• [Records provided]
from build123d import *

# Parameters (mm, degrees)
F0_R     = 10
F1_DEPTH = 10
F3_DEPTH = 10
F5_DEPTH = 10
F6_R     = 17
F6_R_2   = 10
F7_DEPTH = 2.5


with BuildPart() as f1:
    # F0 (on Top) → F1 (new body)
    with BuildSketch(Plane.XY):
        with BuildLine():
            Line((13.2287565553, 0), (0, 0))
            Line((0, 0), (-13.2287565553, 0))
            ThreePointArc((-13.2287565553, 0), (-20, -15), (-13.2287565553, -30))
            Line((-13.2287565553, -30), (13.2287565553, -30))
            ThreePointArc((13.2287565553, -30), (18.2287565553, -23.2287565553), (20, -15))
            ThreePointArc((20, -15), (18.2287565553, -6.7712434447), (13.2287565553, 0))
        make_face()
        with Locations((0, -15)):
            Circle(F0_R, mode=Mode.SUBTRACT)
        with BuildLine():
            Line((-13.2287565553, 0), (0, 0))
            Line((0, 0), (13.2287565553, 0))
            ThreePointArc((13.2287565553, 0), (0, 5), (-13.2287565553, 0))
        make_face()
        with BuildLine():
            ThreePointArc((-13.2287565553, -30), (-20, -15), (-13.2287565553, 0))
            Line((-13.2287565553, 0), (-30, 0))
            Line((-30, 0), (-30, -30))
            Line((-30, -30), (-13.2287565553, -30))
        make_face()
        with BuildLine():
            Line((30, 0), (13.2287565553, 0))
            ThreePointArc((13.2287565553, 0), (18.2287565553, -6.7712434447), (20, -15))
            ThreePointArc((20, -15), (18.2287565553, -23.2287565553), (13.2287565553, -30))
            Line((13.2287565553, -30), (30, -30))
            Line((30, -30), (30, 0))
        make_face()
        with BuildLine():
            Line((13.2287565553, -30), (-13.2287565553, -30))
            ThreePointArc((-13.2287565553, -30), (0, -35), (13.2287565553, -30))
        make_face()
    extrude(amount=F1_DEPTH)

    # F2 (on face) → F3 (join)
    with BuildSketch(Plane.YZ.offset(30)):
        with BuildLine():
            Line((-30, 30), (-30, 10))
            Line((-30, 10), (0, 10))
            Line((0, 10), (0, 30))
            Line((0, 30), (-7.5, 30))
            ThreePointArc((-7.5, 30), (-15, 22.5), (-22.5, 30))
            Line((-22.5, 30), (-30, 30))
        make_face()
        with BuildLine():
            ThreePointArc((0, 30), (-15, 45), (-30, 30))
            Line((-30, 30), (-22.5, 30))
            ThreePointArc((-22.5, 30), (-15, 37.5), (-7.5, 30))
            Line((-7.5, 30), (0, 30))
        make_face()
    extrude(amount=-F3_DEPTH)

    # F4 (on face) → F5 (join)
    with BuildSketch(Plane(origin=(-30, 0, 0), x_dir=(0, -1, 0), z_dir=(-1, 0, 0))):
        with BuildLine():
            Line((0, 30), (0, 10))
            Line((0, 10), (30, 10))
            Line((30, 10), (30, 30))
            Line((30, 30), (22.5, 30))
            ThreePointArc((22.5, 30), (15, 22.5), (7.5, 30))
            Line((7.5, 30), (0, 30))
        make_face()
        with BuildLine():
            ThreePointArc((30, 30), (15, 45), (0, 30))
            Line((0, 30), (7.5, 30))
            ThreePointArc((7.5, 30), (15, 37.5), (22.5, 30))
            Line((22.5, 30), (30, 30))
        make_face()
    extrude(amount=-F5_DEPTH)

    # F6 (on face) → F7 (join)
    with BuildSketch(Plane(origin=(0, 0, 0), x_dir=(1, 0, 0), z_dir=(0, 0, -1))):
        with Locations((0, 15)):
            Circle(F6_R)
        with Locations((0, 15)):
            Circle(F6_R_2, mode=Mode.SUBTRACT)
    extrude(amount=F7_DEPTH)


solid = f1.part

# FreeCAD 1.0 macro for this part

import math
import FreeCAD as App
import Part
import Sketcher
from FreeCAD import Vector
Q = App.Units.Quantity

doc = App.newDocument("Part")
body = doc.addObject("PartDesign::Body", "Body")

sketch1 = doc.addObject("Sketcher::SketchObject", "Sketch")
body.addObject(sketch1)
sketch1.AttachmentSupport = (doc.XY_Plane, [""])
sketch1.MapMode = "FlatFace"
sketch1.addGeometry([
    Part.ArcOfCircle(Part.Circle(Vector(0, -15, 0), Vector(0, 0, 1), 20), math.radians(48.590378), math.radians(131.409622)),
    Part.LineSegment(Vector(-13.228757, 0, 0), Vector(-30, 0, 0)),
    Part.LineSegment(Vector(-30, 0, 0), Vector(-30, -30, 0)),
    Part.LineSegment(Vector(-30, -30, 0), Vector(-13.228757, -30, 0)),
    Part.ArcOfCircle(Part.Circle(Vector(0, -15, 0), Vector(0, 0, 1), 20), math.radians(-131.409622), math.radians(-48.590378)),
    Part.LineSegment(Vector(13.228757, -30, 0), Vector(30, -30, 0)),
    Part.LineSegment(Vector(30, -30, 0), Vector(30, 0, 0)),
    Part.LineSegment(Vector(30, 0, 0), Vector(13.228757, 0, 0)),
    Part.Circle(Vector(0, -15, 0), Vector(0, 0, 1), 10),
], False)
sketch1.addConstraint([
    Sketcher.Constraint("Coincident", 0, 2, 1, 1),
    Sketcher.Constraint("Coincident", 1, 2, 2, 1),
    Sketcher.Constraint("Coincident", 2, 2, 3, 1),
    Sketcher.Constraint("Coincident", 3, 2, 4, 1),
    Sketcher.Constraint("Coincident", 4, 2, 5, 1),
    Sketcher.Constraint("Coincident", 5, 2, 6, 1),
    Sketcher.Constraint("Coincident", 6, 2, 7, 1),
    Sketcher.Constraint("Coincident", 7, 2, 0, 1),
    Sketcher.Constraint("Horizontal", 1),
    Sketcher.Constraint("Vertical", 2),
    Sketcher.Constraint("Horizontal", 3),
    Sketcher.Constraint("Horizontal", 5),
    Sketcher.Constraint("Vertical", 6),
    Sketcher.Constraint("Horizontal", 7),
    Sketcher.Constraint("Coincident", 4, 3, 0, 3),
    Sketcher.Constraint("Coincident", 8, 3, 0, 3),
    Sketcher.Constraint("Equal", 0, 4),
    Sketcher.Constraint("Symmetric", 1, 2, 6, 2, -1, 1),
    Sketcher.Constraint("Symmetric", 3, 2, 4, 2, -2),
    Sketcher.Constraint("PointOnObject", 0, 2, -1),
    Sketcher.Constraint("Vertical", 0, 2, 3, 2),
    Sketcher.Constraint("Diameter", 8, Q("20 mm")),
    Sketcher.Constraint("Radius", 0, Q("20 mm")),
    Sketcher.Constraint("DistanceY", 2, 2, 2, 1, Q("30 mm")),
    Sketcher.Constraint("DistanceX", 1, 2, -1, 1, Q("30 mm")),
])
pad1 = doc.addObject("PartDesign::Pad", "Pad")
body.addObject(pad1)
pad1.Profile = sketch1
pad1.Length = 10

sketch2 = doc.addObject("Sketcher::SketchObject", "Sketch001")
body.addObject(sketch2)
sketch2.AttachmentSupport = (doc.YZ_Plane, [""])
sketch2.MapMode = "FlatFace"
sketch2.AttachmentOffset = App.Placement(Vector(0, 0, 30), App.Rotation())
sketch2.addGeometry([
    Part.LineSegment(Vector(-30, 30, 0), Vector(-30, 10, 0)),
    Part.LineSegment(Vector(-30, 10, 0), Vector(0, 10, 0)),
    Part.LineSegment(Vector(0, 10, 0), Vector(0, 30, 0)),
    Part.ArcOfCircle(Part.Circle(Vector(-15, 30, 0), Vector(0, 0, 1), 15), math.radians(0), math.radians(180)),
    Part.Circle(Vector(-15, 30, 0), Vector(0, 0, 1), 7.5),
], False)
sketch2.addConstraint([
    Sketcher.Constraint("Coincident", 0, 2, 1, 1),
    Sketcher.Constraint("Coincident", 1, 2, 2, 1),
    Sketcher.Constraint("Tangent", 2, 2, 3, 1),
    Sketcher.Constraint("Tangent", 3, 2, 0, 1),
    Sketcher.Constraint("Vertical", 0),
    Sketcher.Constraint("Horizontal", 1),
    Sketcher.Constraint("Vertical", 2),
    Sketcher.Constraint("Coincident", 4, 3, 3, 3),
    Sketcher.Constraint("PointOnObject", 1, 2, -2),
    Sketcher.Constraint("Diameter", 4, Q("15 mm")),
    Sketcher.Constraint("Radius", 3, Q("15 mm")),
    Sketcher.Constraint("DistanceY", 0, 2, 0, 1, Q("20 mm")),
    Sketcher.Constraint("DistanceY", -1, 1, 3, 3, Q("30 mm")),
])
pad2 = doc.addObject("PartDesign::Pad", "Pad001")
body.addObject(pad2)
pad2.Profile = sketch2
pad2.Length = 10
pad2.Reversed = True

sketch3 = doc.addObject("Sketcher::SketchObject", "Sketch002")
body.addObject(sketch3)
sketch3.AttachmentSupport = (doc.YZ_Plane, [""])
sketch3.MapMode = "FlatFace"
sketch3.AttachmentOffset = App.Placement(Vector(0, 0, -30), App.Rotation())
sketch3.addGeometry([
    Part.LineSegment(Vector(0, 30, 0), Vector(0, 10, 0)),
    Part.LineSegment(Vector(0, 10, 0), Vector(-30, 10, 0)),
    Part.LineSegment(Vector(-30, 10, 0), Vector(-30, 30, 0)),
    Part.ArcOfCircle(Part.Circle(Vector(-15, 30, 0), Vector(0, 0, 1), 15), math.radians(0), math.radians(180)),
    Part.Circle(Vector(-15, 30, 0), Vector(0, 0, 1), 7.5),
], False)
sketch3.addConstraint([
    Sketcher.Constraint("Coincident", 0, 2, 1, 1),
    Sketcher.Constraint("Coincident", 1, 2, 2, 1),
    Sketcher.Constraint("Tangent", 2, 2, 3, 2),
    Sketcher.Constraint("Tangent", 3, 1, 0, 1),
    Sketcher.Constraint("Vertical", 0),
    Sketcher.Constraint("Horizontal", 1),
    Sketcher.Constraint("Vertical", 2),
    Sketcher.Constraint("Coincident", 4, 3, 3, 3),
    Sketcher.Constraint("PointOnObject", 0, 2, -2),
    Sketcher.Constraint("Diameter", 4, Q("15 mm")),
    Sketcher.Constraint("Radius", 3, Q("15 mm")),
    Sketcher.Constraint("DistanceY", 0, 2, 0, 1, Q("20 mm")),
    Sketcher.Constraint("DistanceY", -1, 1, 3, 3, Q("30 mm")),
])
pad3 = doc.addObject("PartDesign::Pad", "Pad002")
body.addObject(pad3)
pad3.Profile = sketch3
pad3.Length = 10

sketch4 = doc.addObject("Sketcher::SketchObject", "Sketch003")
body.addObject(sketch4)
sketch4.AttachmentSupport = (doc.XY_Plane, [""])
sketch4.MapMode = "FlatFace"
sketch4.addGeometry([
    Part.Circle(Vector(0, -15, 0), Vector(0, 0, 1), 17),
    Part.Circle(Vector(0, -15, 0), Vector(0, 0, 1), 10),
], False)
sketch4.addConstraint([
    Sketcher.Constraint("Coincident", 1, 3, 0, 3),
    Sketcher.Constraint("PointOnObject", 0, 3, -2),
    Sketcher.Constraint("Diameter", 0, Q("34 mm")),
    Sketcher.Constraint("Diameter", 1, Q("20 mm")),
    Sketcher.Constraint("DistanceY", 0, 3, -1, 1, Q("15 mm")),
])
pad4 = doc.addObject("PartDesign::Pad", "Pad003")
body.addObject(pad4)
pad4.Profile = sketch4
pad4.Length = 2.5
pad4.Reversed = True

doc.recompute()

---

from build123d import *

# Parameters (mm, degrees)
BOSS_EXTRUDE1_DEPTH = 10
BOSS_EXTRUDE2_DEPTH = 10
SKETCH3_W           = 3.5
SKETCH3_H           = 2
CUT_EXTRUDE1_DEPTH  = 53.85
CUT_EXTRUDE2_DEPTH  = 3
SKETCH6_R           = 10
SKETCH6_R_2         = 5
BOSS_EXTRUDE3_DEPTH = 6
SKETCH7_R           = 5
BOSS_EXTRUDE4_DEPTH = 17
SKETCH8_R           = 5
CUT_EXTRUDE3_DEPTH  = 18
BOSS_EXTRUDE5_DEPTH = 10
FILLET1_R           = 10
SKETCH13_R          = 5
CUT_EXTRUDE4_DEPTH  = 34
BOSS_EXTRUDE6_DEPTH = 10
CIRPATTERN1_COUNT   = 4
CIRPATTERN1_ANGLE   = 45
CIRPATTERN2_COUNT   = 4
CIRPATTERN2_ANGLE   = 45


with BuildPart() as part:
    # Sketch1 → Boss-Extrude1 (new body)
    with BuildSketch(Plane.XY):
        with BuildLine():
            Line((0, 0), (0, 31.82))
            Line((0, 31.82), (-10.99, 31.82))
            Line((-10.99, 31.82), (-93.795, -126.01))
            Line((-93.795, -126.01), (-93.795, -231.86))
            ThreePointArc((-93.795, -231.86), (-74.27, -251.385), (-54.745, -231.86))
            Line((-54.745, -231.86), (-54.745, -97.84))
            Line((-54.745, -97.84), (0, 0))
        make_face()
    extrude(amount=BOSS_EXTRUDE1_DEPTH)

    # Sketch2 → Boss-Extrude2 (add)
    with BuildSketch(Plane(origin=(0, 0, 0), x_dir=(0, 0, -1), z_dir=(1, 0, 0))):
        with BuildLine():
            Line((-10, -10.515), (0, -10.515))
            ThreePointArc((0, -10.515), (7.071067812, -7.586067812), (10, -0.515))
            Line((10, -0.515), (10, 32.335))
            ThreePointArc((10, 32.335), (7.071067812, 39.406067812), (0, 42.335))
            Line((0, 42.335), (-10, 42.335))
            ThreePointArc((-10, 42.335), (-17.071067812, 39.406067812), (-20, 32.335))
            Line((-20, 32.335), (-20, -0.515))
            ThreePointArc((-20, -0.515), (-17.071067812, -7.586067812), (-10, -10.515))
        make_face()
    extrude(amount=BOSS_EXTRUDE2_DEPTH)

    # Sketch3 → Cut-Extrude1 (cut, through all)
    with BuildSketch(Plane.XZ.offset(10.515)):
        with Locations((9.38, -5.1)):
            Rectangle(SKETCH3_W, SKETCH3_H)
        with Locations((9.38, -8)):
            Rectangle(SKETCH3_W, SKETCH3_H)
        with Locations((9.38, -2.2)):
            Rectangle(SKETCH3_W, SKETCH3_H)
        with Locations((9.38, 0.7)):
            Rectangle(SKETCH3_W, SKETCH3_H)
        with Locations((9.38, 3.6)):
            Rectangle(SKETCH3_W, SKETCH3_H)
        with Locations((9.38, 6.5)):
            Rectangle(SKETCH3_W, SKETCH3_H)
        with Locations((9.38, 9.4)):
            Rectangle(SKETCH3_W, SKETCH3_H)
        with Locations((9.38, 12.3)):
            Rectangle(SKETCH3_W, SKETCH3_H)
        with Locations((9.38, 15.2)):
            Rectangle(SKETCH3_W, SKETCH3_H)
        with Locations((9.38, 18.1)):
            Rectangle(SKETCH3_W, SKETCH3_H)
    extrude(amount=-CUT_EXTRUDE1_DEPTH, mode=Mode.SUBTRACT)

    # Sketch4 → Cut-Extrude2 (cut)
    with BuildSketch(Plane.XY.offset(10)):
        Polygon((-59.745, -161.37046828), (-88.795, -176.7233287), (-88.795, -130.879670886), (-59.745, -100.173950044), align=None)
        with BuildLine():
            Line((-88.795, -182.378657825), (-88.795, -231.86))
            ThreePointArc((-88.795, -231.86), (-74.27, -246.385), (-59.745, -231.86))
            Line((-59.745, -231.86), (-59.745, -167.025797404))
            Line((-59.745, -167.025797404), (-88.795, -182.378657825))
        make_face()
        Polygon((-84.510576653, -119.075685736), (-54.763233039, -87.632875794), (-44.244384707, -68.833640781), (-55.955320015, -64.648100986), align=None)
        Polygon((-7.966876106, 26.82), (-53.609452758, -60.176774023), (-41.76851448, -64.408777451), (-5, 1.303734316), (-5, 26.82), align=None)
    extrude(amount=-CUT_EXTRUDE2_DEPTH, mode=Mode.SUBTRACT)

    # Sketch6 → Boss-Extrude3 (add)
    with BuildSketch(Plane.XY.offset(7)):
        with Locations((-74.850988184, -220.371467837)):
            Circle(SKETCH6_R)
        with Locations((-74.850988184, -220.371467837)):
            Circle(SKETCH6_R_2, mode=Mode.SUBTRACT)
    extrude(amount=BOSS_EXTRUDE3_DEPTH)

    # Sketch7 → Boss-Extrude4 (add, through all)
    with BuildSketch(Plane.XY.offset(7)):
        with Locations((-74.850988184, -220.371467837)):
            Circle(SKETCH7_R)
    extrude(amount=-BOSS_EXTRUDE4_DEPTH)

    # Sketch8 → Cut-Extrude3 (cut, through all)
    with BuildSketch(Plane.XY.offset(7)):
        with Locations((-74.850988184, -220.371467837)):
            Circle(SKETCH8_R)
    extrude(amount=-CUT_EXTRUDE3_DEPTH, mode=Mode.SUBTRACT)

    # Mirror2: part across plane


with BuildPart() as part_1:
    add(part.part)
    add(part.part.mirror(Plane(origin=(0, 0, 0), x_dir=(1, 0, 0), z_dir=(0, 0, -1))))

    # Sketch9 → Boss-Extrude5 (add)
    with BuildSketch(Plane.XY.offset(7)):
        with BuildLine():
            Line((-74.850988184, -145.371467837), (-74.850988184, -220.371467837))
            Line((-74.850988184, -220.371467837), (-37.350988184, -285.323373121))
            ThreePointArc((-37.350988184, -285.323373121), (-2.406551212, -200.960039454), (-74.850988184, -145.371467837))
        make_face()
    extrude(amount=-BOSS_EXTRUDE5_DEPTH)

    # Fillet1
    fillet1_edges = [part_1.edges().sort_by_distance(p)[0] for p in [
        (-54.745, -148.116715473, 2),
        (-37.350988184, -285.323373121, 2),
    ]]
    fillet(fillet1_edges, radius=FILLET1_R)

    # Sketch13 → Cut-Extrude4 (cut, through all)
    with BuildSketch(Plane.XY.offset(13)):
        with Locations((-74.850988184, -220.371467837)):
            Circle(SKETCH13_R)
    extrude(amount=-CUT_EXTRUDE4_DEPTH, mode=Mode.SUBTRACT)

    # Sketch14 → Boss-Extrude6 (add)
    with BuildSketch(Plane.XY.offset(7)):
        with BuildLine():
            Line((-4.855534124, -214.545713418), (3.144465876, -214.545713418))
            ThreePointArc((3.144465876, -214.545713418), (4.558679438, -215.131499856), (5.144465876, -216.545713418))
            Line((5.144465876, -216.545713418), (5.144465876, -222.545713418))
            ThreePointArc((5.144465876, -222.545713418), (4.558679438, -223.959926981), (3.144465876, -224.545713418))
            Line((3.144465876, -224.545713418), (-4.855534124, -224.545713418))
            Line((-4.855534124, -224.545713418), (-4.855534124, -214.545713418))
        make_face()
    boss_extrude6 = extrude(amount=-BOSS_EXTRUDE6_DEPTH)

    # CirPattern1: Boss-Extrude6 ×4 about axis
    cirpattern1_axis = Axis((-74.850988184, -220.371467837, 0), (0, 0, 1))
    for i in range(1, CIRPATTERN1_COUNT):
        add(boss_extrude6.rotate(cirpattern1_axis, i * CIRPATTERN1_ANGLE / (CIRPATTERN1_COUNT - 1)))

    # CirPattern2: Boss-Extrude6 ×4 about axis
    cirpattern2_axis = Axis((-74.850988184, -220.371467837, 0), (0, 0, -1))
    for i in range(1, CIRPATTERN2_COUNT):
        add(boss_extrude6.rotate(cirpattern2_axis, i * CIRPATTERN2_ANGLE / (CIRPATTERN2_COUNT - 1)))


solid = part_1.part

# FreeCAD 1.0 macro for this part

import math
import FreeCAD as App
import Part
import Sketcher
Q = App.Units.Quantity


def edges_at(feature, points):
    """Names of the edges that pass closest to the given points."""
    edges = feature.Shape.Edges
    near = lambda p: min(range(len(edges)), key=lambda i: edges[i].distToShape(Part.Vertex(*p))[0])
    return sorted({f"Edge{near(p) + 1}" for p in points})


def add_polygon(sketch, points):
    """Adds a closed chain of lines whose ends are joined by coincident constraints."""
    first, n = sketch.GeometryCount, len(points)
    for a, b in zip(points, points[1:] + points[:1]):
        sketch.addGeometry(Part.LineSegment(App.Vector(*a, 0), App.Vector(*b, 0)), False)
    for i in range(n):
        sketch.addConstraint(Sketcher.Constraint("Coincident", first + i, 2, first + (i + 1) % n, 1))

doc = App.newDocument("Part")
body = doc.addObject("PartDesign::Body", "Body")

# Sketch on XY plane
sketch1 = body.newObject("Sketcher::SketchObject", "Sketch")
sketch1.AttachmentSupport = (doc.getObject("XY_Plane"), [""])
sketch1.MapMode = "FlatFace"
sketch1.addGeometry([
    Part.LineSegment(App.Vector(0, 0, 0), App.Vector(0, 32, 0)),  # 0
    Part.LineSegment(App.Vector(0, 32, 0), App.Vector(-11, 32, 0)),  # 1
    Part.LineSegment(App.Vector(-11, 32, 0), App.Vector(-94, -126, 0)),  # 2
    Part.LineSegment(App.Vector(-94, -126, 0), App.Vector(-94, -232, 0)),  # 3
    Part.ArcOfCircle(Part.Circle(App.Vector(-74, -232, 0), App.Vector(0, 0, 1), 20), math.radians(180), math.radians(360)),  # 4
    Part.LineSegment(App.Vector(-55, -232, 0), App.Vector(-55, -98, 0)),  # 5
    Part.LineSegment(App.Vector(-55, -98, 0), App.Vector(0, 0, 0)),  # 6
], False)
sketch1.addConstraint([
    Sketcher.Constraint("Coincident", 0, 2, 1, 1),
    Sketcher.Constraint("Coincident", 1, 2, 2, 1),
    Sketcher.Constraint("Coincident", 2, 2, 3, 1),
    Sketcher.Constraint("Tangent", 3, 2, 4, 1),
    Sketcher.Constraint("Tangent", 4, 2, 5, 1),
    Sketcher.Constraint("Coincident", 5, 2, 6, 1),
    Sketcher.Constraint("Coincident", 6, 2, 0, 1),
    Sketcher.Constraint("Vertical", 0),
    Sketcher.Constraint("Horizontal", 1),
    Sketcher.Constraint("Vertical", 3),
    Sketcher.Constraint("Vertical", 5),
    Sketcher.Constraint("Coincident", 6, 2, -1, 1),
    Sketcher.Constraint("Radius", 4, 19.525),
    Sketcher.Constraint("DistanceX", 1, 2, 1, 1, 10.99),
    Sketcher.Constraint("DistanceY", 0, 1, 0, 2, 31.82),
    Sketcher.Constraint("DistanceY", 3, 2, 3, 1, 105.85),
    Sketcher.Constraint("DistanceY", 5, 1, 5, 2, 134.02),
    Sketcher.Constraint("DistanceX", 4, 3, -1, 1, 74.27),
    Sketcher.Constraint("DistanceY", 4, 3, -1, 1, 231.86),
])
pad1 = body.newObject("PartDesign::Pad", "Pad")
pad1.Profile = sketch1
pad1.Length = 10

• [Exercise aim]
Using the entries above, extract exactly the span from the line with "Line((-10.99, 31.82), (-93.795, -126.01))" to the line with "Line((-10, -10.515), (0, -10.515))", both lines included; leave out everything else.

• [Problem solution]
            Line((-10.99, 31.82), (-93.795, -126.01))
            Line((-93.795, -126.01), (-93.795, -231.86))
            ThreePointArc((-93.795, -231.86), (-74.27, -251.385), (-54.745, -231.86))
            Line((-54.745, -231.86), (-54.745, -97.84))
            Line((-54.745, -97.84), (0, 0))
        make_face()
    extrude(amount=BOSS_EXTRUDE1_DEPTH)

    # Sketch2 → Boss-Extrude2 (add)
    with BuildSketch(Plane(origin=(0, 0, 0), x_dir=(0, 0, -1), z_dir=(1, 0, 0))):
        with BuildLine():
            Line((-10, -10.515), (0, -10.515))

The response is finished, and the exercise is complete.